The percentage of observance of patients’ rights in Rajaie Cardiovascular Medical and Research Center was calculated using the center’s electronic survey system. Two methods of assessment by the evaluator and artificial intelligence were used to determine and compare the satisfaction percentage of the patients (Fig. 6), and 2 methods of assessment by the evaluator and survey systems were utilized to determine and compare the percentage of observance of the patients’ rights in the hospital (Fig. 7).

Discussion

In this study, we employed 2 feature extraction methods, in conjunction with different feature selectors and ML classifiers, for SA and opinion mining on 822 Persian comments made by patients at Rajaie Cardiovascular Medical and Research Center. The results of our study indicated that based on the methods of assessment by the evaluator, artificial intelligence, and survey systems, the satisfaction percentage of the patients and the observance percentage of service recipients’ rights were acceptable. A descriptive cross-sectional study by Fattahi et al. (2010) showed that from the patients’ point of view, the observance of patients’ rights by the medical staff was relatively acceptable. The observance of patients’ rights can help improve the quality of care and trust in medical centers.
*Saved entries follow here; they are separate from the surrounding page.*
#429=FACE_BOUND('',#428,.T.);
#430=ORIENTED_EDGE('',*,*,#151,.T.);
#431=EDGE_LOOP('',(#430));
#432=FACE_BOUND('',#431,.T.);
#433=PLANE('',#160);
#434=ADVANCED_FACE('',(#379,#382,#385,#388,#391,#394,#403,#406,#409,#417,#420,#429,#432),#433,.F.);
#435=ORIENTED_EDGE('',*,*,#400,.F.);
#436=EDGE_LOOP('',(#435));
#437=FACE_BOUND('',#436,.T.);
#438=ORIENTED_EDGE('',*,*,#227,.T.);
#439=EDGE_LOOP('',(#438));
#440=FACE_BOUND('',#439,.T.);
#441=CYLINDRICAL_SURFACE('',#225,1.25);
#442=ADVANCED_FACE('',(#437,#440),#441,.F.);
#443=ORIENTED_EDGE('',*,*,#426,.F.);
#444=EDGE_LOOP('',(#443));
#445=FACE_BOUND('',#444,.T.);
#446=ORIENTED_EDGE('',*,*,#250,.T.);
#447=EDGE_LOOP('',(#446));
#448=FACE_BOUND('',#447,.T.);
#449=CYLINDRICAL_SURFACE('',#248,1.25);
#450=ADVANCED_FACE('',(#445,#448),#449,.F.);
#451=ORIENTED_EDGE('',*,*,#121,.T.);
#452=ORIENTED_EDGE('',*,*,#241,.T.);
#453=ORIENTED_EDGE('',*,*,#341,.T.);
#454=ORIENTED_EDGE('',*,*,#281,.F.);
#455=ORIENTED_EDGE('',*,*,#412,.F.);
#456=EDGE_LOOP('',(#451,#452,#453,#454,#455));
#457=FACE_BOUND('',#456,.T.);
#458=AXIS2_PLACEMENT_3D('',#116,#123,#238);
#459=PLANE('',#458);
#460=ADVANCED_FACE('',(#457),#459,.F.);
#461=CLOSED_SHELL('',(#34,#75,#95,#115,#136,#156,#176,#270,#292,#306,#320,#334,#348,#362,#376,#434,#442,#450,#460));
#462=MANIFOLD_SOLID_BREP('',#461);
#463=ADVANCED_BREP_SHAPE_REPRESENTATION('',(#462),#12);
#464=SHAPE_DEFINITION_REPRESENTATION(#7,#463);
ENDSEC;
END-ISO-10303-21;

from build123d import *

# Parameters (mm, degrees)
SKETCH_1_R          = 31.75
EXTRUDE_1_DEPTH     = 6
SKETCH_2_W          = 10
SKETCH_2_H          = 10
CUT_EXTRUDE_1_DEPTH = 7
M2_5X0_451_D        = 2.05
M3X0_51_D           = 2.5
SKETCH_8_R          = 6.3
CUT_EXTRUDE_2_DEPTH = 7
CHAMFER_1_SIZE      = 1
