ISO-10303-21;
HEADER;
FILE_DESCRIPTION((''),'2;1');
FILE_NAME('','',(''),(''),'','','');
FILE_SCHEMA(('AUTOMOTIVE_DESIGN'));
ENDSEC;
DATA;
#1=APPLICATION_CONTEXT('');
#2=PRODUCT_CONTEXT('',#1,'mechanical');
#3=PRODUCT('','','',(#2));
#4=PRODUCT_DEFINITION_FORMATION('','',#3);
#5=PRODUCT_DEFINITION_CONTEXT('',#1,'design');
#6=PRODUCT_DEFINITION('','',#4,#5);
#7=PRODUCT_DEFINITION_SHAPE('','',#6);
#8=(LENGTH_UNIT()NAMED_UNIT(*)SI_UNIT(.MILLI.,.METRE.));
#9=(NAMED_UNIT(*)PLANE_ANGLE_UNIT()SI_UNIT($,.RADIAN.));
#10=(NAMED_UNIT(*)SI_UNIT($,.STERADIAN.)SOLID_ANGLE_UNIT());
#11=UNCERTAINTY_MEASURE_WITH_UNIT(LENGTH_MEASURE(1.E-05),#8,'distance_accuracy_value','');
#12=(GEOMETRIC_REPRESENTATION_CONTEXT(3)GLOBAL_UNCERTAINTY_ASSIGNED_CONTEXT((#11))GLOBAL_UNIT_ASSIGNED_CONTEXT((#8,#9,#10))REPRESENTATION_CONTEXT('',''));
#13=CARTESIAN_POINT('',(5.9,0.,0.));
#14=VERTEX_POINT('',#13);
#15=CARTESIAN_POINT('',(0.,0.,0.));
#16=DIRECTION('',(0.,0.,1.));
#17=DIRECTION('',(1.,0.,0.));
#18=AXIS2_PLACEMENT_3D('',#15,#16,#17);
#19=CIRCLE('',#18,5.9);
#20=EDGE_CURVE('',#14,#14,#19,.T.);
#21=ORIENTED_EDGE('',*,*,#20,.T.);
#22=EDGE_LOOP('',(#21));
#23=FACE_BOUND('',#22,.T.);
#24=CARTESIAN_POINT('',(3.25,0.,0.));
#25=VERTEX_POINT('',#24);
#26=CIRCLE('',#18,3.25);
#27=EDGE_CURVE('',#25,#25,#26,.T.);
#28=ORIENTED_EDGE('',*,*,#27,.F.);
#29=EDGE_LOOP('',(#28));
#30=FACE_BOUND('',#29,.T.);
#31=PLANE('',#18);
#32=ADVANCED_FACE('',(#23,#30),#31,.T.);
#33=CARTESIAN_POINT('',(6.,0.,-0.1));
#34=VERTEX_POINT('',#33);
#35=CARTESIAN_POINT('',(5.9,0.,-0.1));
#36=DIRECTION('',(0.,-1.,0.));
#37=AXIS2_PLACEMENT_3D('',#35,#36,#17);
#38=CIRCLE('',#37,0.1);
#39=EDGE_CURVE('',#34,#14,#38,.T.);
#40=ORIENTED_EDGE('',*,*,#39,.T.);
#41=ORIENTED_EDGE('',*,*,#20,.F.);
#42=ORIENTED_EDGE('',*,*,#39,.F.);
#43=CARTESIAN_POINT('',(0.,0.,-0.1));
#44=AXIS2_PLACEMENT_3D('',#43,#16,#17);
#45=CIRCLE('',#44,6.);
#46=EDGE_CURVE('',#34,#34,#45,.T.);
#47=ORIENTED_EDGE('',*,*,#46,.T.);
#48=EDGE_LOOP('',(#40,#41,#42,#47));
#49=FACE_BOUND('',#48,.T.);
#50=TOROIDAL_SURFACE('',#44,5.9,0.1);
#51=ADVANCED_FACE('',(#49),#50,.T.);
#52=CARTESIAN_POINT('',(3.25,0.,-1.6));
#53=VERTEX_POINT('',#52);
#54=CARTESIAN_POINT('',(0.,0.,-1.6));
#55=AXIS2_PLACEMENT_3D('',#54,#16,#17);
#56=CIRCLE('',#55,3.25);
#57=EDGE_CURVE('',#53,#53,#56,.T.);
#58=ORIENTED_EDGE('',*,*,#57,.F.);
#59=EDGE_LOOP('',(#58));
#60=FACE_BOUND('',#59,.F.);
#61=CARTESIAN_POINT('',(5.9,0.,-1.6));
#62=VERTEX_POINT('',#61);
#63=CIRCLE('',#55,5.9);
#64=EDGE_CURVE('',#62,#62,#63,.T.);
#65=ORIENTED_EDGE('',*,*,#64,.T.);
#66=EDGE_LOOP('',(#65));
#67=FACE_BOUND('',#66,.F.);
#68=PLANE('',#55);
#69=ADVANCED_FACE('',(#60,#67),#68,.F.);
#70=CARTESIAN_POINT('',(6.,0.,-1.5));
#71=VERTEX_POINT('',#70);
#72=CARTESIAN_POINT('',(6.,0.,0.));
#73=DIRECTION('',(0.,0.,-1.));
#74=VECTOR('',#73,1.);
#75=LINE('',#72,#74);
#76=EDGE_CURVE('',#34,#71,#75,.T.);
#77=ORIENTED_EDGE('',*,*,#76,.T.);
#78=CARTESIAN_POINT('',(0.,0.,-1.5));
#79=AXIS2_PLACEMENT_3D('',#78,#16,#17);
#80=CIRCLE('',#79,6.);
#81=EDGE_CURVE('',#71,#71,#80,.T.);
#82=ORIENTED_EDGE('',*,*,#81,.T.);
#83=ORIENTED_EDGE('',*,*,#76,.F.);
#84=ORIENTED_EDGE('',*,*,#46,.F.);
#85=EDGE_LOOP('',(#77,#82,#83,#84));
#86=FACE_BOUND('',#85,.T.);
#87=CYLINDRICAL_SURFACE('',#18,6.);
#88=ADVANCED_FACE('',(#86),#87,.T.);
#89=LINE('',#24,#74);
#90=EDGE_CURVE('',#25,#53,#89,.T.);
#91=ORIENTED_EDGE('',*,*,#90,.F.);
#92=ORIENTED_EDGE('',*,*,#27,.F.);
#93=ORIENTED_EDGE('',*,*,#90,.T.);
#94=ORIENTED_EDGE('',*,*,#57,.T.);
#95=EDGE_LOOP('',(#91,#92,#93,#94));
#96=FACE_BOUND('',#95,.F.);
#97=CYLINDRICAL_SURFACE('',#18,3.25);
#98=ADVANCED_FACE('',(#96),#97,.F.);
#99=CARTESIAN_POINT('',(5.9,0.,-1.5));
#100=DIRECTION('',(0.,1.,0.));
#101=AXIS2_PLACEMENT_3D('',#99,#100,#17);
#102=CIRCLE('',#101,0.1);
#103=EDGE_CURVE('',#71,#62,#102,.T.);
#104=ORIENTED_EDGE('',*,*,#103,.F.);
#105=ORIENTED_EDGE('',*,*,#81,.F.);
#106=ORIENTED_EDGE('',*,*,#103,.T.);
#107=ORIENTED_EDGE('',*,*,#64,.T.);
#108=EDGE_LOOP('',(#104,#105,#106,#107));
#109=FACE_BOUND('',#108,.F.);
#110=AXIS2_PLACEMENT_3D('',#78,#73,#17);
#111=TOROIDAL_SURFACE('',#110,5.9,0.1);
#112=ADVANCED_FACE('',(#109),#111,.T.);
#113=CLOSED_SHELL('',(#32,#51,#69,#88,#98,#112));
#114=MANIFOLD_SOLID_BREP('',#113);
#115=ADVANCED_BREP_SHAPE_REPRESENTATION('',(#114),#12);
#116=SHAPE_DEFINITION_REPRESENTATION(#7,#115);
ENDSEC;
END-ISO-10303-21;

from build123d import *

# Parameters (mm, degrees)
F0_R     = 6
F0_R_2   = 3.25
F1_DEPTH = 1.6
F2_R     = 0.1


with BuildPart() as f1:
    # F0 (on Top) → F1 (new body)
    with BuildSketch(Plane.XY):
        Circle(F0_R)
        Circle(F0_R_2, mode=Mode.SUBTRACT)
    extrude(amount=-F1_DEPTH)

    # F2
    f2_edges = [f1.edges().sort_by_distance(p)[0] for p in [
        (-6, 0, 0),
        (-6, 0, -1.6),
    ]]
    fillet(f2_edges, radius=F2_R)


solid = f1.part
To the best of our knowledge, our study is the first SA (opinion mining) and ML in the Persian language to classify messages into positive and negative and determine different hospital wards and staff names in patients’ comments. Several studies in other languages have also used SA and ML to classify patients’ comments. Asghar et al. [24] made use of a hybrid method (i.e., bootstrapping and lexicon-based SA to classify more than 26 000 comments as positive, negative, and neutral and achieved an ACC rate of 0.78. In their investigation, Del-Arco et al. [20] applied a corpus-based model, in combination with Support Vector Machine (SVM), to 743 comments and attained an ACC rate of 0.87. ElMessiry et al. [25] used a hybrid method that combined the classifiers of Linguist Inquiry Word Count (LIWC) and Naïve Bayes (NB) to categorize 7400 patients’ complaints and reported an ACC rate of 0.84. In a study by Rahim et al. [26], positive expressions made in the hospital and Facebook reviews in Malaysia were assessed by ML. The investigators classified 1852 reviews with the aid of the SVM classifier (ACC = 0.87 and recall = 0.93). In a similar work, Greaves et al. used SA and ML to capture patients’ experiences from online comments. They analyzed 6412 online comments and reported that the NB classifier had the best performance in terms of the prediction of the overall rating of the hospital (AUC = 0.94 and ACC = 0.88). Yenkikar et al. study investigated Twitter SA by using cascade feature selection (CSF) and Best Trained Ensemble (BTE) classified tweets in six public Twitter sentiment datasets. BTE had better performance than other classifiers (F-score range from 0.72 to 0.95 in different datasets [27]. Du et al. developed an ML model for the classification of HPV vaccination sentiment by 6000 public opinions on Twitter. Micro and macro-averaging F-scores for hierarchical classification with SVM classifier were 0.67 and 0.74, respectively [28]. We employed a combination of lexicon-based and ML algorithms and found that the MF + TFIDF feature vector, in combination with the SFM feature selection and the MNB classifier, had the best performance concerning the classifying of our subjects’ messages (ACC = 0.89 ± 0.03, AUC = 0.87 ± 0.03, SEN = 0.94 ± 0.04, and SPE = 0.81 ± 0.03).

There are several studies used in SA in non-English languages. Lenivtceva and Kopanitsa developed a pipeline for unstructured allergy anamnesis by Fast Healthcare Interoperability Resources (FHIR) allergyIntolerance resource in the Russian language. This pipeline had several parts from data preprocessing to semantic analysis. The performance of different parts of this pipeline was measured by F-score which for filtering was 0.94, for allergy categorization was 0.90–0.96, and for allergens reactions extraction 0.90 and 0.93, respectively [29]. In another study, the authors developed different embedding models for diagnosis extraction from electronic medical records in Russian. They used MLP, Convolutional neural networks (CNN), and Long short-term memory networks (LSTMs) classifiers. MLP and CNN had a similar results in three pipelines (F-score was 0.93, 0.95, and 0.97 for pipelines 1–3) [30]. In our study, the best-performing model had F1 score = 0.92.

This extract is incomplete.